Cheers and thanks in advance.


----------



## HamishUK (Oct 20, 2009)

What's a SM Position? Google says Sadomasochism.


----------



## Jynxgirl (Nov 27, 2009)

SM = Small midget? 

Big four = one of the four biggest rides? 



Just saying, I dont think anyone can help you without knowing line of work, level you are actually at in what division, and so forth...


----------



## whitecap (Jan 28, 2011)

Jynxgirl said:


> SM = Small midget?
> 
> Big four = one of the four biggest rides?
> 
> ...


I thought that my OP would get this kind of reply  SM=Senior Manager in big 4 as in Big 4 consultancies, KPMG, PWC, E&Y and Delloite.

I am not asking about your experience of base salary just what they usually offer for the 'package' - I know it varies but there must be some standard allowances?

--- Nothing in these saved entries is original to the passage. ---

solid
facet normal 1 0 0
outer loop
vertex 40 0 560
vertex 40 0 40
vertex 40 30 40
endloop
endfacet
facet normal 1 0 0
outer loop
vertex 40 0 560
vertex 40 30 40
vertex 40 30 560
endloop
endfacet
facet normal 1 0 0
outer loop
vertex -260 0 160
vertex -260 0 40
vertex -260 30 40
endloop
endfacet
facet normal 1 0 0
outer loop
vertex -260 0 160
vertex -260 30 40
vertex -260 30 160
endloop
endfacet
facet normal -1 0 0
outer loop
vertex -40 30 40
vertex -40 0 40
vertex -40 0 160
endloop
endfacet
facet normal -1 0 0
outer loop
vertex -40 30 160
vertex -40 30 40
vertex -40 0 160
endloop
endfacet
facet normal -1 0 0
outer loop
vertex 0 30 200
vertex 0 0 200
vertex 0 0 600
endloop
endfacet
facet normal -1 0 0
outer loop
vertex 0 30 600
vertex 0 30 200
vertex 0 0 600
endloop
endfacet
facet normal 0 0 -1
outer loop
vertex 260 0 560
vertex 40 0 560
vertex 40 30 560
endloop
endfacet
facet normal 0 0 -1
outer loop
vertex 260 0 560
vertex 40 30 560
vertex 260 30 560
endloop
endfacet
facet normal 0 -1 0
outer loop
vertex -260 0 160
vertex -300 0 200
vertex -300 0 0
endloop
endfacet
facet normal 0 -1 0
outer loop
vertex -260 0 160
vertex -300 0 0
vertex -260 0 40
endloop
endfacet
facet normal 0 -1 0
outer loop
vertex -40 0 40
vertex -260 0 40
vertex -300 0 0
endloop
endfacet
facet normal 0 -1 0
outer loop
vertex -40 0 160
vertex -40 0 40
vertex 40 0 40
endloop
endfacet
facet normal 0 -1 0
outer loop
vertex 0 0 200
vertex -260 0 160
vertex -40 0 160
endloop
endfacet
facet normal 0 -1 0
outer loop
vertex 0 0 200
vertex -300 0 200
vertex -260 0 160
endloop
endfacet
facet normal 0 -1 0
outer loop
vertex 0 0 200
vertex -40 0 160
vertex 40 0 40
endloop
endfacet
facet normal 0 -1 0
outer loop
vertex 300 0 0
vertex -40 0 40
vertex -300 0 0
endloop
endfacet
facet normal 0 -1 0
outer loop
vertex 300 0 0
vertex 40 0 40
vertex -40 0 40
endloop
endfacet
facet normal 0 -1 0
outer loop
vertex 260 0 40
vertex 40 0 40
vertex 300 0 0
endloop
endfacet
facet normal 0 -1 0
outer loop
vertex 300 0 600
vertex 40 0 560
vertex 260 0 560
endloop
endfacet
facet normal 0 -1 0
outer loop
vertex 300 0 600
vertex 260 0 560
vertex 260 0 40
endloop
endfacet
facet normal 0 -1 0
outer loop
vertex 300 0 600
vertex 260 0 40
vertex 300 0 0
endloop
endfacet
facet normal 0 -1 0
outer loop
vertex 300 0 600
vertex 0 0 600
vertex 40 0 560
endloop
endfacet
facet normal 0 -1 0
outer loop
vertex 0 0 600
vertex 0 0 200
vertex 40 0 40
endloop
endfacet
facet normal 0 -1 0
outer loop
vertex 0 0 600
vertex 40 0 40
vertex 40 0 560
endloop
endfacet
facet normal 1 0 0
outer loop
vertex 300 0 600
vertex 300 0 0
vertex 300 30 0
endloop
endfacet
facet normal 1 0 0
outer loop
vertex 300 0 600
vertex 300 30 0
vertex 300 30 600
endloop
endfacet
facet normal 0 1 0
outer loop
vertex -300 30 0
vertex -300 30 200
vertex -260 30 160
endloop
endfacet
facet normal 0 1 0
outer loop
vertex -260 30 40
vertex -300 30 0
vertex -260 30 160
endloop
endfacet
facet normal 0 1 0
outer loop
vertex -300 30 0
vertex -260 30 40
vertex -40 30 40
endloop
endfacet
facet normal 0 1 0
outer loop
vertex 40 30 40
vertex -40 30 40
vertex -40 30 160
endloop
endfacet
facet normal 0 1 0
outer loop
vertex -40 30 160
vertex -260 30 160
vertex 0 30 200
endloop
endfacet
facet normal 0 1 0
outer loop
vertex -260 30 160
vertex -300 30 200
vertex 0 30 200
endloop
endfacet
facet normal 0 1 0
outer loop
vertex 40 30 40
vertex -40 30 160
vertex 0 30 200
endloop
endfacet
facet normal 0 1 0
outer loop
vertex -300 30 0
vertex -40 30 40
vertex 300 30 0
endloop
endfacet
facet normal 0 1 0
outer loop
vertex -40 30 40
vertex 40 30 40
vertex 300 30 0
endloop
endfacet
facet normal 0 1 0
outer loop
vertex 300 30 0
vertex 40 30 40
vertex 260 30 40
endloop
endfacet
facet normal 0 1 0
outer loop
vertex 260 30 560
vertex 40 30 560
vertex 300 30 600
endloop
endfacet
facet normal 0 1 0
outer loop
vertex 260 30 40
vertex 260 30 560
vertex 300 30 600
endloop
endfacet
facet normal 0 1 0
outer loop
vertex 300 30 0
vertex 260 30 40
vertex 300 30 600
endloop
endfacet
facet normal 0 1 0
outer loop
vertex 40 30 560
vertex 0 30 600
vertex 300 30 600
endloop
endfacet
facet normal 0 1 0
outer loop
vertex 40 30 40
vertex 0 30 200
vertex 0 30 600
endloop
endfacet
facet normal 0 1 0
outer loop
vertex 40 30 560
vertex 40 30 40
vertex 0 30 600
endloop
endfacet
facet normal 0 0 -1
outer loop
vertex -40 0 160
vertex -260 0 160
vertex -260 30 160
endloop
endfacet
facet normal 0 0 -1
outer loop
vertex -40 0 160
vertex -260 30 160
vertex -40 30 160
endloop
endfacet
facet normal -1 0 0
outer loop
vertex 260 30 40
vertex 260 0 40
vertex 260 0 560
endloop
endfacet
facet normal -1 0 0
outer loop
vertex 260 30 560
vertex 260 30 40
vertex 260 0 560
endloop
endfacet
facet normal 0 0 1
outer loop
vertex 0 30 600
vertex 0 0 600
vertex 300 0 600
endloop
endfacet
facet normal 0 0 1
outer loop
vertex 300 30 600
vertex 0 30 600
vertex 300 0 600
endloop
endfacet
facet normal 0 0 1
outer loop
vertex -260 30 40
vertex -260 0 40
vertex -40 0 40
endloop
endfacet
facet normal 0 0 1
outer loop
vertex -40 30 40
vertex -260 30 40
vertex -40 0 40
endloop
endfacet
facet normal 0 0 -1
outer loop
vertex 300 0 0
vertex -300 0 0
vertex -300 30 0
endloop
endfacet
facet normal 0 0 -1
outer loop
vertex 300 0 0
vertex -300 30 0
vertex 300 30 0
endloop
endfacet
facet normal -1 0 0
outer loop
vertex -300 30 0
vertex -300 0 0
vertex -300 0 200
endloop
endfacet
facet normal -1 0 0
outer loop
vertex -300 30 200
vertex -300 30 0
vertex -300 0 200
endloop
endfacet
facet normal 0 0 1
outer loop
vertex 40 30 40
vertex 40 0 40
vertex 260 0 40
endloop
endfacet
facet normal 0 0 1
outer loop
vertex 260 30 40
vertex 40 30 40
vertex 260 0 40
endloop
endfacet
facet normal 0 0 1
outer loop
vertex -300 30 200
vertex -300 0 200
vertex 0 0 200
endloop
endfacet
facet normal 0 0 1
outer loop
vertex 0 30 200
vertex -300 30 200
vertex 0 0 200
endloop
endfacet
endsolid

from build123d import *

# Parameters (mm, degrees)
F0_W     = 300
F0_H     = 600
F1_DEPTH = 30
F2_W     = 220
F2_H     = 520
F3_DEPTH = 35
F4_W     = 300
F4_H     = 200
F5_DEPTH = 30
F6_W     = 220
F6_H     = 120
F7_DEPTH = 40


with BuildPart() as f1:
    # F0 (on Front) → F1 (new body)
    with BuildSketch(Plane.XZ):
        with Locations((150, 300)):
            Rectangle(F0_W, F0_H)
    extrude(amount=-F1_DEPTH)

    # F2 (on face) → F3 (cut)
    with BuildSketch(Plane.XZ):
        with Locations((150, 300)):
            Rectangle(F2_W, F2_H)
    extrude(amount=-F3_DEPTH, mode=Mode.SUBTRACT)

    # F4 (on Front) → F5 (join)
    with BuildSketch(Plane.XZ):
        with Locations((-150, 100)):
            Rectangle(F4_W, F4_H)
    extrude(amount=-F5_DEPTH)

    # F6 (on face) → F7 (cut)
    with BuildSketch(Plane.XZ):
        with Locations((-150, 100)):
            Rectangle(F6_W, F6_H)
    extrude(amount=-F7_DEPTH, mode=Mode.SUBTRACT)


solid = f1.part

I will be working working in the 'Advisory' area.....

Cheers


----------



## HamishUK (Oct 20, 2009)

whitecap said:


> I thought that my OP would get this kind of reply  SM=Senior Manager in big 4 as in Big 4 consultancies, KPMG, PWC, E&Y and Delloite.
> 
> I am not asking about your experience of base salary just what they usually offer for the 'package' - I know it varies but there must be some standard allowances?
> 
> ...


Just making numbers up here but I'd have thought for a Senior Manager in a Multinational you'd be looking at about 45k (AED p/mo) + maybe 180k/yr housing and 45k/yr per child schooling...

at a guess....


----------



## Andy Capp (Oct 5, 2008)

HamishUK said:


> Just making numbers up here but I'd have thought for a Senior Manager in a Multinational you'd be looking at about 45k (AED p/mo) + maybe 180k/yr housing and 45k/yr per child schooling...
> 
> at a guess....


At least...

But yeah, ballpark, however I'd say basic nearer 60k - after all, that's about £120k UK, so that should be achievable.


----------



## Jynxgirl (Nov 27, 2009)

I was thinking you are a senior level so you would be getting at least 60k there, so... at least get 75k here. Senior level housing, then 300k. Schooling is 45k standard. Business class seats for your family at least once a year but at senior level, the inconvenience of your family being here, I would say ask for twice a year. And I would ask for extra vacation time above the usual four weeks. And ask for transportation allowance to allow for you both to have vehicles, so another 6k.


----------



## Andy Capp (Oct 5, 2008)

Jynxgirl said:


> I was thinking you are a senior level so you would be getting at least 60k there, so... at least get 75k here. Senior level housing, then 300k. Schooling is 45k standard. Business class seats for your family at least once a year but at senior level, the inconvenience of your family being here, I would say ask for twice a year. And I would ask for extra vacation time above the usual four weeks. And ask for transportation allowance to allow for you both to have vehicles, so another 6k.


So $350k/£222,000 year.

Can't see that happening hun!


----------



## Jynxgirl (Nov 27, 2009)

I wouldnt see myself happening to accept if I wasnt getting at least 1/3 more then I make in my home country, and have everything taken care of. 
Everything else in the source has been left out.